PIDFILE=/var/run/imapd.pid

##NAME: TCPDOPTS:0

#

# Miscellaneous couriertcpd options that shouldn't be changed.

#

TCPDOPTS="-nodnslookup -noidentlookup"

##NAME: IMAP_CAPABILITY:1

#

# IMAP_CAPABILITY specifies what most of the response should be to the

# CAPABILITY command.

#

# If you have properly configured Courier to use CRAM-MD5 or CRAM-SHA1

# authentication (see INSTALL), set IMAP_CAPABILITY as follows:

#

# IMAP_CAPABILITY="IMAP4rev1 UIDPLUS CHILDREN NAMESPACE THREAD=ORDEREDSUBJECT THREAD=REFERENCES SORT QUOTA AUTH=CRAM-MD5 AUTH=CRAM-SHA1 IDLE"

#

#IMAP_CAPABILITY="IMAP4rev1 UIDPLUS CHILDREN NAMESPACE THREAD=ORDEREDSUBJECT THREAD=REFERENCES SORT QUOTA IDLE AUTH=CRAM-MD5"

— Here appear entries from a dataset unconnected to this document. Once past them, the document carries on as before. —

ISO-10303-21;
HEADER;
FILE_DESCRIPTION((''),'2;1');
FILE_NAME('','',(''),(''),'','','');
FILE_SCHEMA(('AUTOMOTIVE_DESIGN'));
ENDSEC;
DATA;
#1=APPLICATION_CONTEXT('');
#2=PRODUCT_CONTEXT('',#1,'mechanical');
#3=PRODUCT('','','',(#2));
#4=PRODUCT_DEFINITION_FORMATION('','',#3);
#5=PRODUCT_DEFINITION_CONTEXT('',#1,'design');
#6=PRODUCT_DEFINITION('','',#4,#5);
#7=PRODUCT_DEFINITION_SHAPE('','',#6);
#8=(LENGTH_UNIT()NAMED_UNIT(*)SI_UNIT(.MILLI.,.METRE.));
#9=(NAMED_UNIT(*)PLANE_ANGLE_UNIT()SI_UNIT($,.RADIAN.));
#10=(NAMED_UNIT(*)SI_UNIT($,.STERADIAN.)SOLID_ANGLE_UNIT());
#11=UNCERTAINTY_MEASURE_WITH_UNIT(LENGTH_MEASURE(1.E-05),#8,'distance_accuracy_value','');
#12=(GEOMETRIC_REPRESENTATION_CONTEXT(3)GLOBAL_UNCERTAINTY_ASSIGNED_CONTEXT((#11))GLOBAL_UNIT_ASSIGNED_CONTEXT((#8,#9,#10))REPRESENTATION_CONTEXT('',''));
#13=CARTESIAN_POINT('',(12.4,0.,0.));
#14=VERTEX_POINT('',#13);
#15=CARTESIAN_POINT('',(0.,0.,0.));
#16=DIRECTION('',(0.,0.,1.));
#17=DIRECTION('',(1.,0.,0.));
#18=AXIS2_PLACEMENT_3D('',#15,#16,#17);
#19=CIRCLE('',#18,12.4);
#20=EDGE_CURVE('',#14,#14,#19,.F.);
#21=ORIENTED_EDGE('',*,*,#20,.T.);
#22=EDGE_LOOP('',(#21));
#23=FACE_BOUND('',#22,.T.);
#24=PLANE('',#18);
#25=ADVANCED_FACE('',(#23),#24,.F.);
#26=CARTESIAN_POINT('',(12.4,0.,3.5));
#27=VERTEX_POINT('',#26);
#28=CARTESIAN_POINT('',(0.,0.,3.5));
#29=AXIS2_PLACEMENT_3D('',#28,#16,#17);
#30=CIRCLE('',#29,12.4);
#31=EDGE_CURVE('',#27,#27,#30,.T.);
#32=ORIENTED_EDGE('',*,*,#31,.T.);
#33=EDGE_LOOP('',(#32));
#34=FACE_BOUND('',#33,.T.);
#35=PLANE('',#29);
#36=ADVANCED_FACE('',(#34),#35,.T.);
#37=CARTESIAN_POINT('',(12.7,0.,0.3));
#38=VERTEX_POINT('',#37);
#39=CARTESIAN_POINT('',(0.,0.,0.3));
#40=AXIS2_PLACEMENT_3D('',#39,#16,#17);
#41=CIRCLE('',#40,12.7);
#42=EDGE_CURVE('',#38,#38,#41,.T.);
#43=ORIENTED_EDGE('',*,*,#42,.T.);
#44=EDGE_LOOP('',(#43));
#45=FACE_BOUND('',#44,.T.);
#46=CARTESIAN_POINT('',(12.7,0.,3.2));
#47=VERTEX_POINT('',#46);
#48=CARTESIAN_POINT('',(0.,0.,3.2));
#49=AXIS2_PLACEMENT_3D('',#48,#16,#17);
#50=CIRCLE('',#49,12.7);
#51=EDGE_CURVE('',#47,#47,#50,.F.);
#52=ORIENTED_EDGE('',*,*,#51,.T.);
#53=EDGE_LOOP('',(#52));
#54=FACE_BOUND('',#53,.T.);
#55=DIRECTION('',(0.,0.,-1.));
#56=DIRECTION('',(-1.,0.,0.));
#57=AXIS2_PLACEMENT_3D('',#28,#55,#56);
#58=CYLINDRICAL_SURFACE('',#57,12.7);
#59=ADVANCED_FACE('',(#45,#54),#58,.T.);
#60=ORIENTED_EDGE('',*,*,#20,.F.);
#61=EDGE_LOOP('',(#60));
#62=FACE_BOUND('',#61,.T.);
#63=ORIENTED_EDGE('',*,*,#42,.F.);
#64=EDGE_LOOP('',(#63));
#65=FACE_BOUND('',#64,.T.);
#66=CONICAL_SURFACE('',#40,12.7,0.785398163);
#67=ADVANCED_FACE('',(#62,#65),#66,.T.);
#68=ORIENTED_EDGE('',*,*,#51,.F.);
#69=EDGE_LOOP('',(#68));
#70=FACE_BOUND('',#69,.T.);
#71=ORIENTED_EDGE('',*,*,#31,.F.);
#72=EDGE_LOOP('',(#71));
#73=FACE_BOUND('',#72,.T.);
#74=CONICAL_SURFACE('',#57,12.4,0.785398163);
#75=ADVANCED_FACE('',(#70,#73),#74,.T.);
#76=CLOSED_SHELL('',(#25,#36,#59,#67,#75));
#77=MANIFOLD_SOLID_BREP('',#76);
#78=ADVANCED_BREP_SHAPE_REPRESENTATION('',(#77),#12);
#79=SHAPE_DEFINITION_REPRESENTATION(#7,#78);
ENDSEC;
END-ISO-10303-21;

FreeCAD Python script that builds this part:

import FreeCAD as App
import Part
import Sketcher


def edges_at(feature, points):
    """Names of the edges that pass closest to the given points."""
    edges = feature.Shape.Edges
    near = lambda p: min(range(len(edges)), key=lambda i: edges[i].distToShape(Part.Vertex(*p))[0])
    return sorted({f"Edge{near(p) + 1}" for p in points})

doc = App.newDocument("Part")
body = doc.addObject("PartDesign::Body", "Body")

# Sketch on XY plane
sketch1 = body.newObject("Sketcher::SketchObject", "Sketch")
sketch1.AttachmentSupport = (doc.getObject("XY_Plane"), [""])
sketch1.MapMode = "FlatFace"
sketch1.addGeometry(Part.Circle(App.Vector(0, 0, 0), App.Vector(0, 0, 1), 13), False)
sketch1.addConstraint(Sketcher.Constraint("Coincident", 0, 3, -1, 1))
sketch1.addConstraint(Sketcher.Constraint("Diameter", 0, 25.4))
pad1 = body.newObject("PartDesign::Pad", "Pad")
pad1.Profile = sketch1
pad1.Length = 3.5
doc.recompute()

chamfer = body.newObject("PartDesign::Chamfer", "Chamfer")
chamfer.Base = (pad1, edges_at(pad1, [(-12.7, 0, 0), (-12.7, 0, 3.5)]))
chamfer.Size = 0.3

doc.recompute()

IMAP_CAPABILITY="IMAP4rev1 UIDPLUS CHILDREN NAMESPACE THREAD=ORDEREDSUBJECT THREAD=REFERENCES SORT QUOTA IDLE AUTH=PLAIN"

##NAME: KEYWORDS_CAPABILITY:0

#

# IMAP_KEYWORDS=1 enables custom IMAP keywords.  Set this option to 0 to

# disable custom keywords.

IMAP_KEYWORDS=1

##NAME: SMAP1_CAPABILITY:0

#

# EXPERIMENTAL

#

# To enable the experimental "Simple Mail Access Protocol" extensions,

# uncomment the following setting.

#

# SMAP_CAPABILITY=SMAP1

##NAME: IMAP_CAPABILITY_ORIG:1

#

# For use by webadmin

IMAP_CAPABILITY_ORIG="IMAP4rev1 UIDPLUS CHILDREN NAMESPACE THREAD=ORDEREDSUBJECT THREAD=REFERENCES SORT QUOTA AUTH=CRAM-MD5 AUTH=CRAM-SHA1 IDLE"

##NAME: IMAP_PROXY:0

#

# Enable proxying.  See README.proxy

IMAP_PROXY=0

##NAME: IMAP_PROXY_FOREIGN:0

#

# Proxying to non-Courier servers.  Re-sends the CAPABILITY command after

# logging in to the remote server.  May not work with all IMAP clients.

IMAP_PROXY_FOREIGN=0

##NAME: IMAP_IDLE_TIMEOUT:0

#

# This setting controls how often

# the server polls for changes to the folder, in IDLE mode (in seconds).

IMAP_IDLE_TIMEOUT=60

##NAME: IMAP_CAPABILITY_TLS:0

#

# The following setting will advertise SASL PLAIN authentication after

# STARTTLS is established.  If you want to allow SASL PLAIN authentication

# with or without TLS then just comment this out, and add AUTH=PLAIN to

# IMAP_CAPABILITY

IMAP_CAPABILITY_TLS="$IMAP_CAPABILITY AUTH=PLAIN"

##NAME: IMAP_TLS_ORIG:0

#

# For use by webadmin

IMAP_CAPABILITY_TLS_ORIG="$IMAP_CAPABILITY_ORIG AUTH=PLAIN"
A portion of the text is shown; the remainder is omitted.